----- Material for this task

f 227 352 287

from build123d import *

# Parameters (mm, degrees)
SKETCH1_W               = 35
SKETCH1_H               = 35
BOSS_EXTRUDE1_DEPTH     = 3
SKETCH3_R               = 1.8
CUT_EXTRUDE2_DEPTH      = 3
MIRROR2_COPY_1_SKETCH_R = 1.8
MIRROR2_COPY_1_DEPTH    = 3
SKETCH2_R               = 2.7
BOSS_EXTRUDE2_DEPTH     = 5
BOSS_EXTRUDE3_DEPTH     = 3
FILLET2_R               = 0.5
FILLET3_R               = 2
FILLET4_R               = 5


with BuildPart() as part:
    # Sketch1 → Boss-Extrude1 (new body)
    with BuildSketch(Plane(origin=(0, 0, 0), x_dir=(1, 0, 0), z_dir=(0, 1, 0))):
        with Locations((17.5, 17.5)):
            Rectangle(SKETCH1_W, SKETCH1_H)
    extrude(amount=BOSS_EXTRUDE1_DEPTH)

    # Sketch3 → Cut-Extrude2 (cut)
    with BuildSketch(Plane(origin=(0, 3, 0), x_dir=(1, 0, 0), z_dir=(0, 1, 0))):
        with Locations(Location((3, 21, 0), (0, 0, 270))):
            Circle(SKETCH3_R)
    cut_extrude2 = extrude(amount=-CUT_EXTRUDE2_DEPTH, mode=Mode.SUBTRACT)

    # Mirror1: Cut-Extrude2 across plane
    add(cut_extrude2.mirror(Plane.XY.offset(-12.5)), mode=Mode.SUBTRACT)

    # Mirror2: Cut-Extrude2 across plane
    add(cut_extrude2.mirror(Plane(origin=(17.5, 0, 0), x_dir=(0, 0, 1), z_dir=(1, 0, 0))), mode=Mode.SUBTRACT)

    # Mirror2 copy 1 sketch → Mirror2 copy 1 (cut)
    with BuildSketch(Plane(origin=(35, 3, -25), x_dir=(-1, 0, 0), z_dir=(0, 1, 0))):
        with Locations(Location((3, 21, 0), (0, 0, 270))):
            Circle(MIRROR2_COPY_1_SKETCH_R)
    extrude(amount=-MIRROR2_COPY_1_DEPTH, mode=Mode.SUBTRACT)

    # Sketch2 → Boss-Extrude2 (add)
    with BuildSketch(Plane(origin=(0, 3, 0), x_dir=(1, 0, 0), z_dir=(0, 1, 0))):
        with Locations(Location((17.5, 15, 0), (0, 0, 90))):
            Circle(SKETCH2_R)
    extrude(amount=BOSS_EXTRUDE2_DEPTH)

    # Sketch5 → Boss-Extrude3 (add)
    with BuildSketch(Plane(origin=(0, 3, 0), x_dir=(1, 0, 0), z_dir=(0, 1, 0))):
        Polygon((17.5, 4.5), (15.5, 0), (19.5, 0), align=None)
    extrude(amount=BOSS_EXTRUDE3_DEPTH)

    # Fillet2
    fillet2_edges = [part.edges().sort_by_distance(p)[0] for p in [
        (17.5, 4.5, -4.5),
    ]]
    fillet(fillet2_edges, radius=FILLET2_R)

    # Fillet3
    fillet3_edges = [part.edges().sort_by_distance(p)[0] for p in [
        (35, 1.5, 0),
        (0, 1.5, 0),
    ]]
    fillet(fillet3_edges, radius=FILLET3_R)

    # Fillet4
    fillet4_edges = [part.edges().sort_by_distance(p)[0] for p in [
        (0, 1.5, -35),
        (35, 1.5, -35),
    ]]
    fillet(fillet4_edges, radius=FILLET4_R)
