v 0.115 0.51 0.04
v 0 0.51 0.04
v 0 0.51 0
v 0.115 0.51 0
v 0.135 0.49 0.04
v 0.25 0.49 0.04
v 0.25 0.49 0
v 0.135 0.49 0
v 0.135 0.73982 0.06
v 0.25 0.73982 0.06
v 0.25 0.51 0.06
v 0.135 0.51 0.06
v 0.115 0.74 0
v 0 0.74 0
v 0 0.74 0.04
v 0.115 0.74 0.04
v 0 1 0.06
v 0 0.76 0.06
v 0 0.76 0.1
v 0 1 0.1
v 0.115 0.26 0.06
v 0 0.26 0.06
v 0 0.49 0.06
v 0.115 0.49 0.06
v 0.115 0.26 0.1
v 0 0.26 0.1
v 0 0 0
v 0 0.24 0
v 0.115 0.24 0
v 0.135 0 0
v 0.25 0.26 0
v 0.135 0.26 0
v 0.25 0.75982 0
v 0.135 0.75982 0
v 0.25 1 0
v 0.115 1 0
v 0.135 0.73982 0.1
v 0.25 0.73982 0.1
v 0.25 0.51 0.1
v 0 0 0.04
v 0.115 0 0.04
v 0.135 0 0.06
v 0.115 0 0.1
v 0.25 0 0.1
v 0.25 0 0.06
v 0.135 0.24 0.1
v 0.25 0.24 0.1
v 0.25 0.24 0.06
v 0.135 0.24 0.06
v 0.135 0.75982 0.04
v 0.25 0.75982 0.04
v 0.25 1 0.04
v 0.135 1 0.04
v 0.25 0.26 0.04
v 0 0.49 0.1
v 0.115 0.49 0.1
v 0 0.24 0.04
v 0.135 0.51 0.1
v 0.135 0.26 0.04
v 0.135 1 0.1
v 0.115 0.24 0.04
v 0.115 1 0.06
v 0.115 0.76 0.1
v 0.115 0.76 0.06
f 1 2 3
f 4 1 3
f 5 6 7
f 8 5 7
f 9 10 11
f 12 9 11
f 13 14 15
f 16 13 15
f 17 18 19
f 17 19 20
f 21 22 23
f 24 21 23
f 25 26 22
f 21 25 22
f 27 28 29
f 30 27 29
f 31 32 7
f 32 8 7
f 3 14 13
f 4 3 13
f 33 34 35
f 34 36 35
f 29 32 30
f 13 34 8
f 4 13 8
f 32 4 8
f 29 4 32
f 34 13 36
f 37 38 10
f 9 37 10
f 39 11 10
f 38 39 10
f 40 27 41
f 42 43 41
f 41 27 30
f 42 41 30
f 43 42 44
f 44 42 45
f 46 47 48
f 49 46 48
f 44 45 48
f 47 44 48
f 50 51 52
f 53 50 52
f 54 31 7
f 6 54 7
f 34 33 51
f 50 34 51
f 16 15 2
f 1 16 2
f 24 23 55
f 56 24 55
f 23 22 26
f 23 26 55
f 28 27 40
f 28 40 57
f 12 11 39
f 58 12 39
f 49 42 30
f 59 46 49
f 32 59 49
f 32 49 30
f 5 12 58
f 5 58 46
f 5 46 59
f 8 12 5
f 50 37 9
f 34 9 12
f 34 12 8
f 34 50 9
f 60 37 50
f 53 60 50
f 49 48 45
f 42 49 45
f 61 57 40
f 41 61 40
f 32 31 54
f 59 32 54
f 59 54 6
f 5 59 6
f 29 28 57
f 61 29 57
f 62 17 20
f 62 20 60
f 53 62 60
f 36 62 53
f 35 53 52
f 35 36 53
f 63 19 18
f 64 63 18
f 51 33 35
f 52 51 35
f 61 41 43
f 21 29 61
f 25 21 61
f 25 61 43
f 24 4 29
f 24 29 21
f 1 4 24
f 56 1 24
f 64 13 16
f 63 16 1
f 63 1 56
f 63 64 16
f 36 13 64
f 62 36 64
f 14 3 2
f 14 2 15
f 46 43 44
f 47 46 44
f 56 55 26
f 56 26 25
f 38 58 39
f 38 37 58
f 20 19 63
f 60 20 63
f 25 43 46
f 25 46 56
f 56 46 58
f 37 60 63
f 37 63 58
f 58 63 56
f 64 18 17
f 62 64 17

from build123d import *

# Parameters (mm, degrees)
SKETCH1_W           = 0.25
SKETCH1_H           = 1
BOSS_EXTRUDE1_DEPTH = 0.1
CUT_EXTRUDE1_DEPTH  = 0.115
CUT_EXTRUDE2_DEPTH  = 0.115


with BuildPart() as part:
    # Sketch1 → Boss-Extrude1 (new body)
    with BuildSketch(Plane.XY):
        with Locations((0.125, 0.5)):
            Rectangle(SKETCH1_W, SKETCH1_H)
    extrude(amount=BOSS_EXTRUDE1_DEPTH)

    # Sketch2 → Cut-Extrude1 (cut)
    with BuildSketch(Plane.ZY):
        Polygon((0.04, 0), (0.1, 0), (0.1, 0.26), (0.06, 0.26), (0.06, 0.49), (0.1, 0.49), (0.1, 0.76), (0.06, 0.76), (0.06, 1), (0, 1), (0, 0.74), (0.04, 0.74), (0.04, 0.51), (0, 0.51), (0, 0.24), (0.04, 0.24), align=None)
    extrude(amount=-CUT_EXTRUDE1_DEPTH, mode=Mode.SUBTRACT)

    # Sketch3 → Cut-Extrude2 (cut)
    with BuildSketch(Plane(origin=(0.25, 0, 0), x_dir=(0, 0, -1), z_dir=(1, 0, 0))):
        Polygon((-0.04, 1), (-0.1, 1), (-0.1, 0.739819694), (-0.06, 0.739819694), (-0.06, 0.51), (-0.1, 0.51), (-0.1, 0.24), (-0.06, 0.24), (-0.06, 0), (0, 0), (0, 0.26), (-0.04, 0.26), (-0.04, 0.49), (0, 0.49), (0, 0.759819694), (-0.04, 0.759819694), align=None)
    extrude(amount=-CUT_EXTRUDE2_DEPTH, mode=Mode.SUBTRACT)


solid = part.part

----------

* [Activity]: Where a line of the records includes "radius", copy it.

* [Response to this exercise]:
    fillet(fillet2_edges, radius=FILLET2_R)
    fillet(fillet3_edges, radius=FILLET3_R)
    fillet(fillet4_edges, radius=FILLET4_R)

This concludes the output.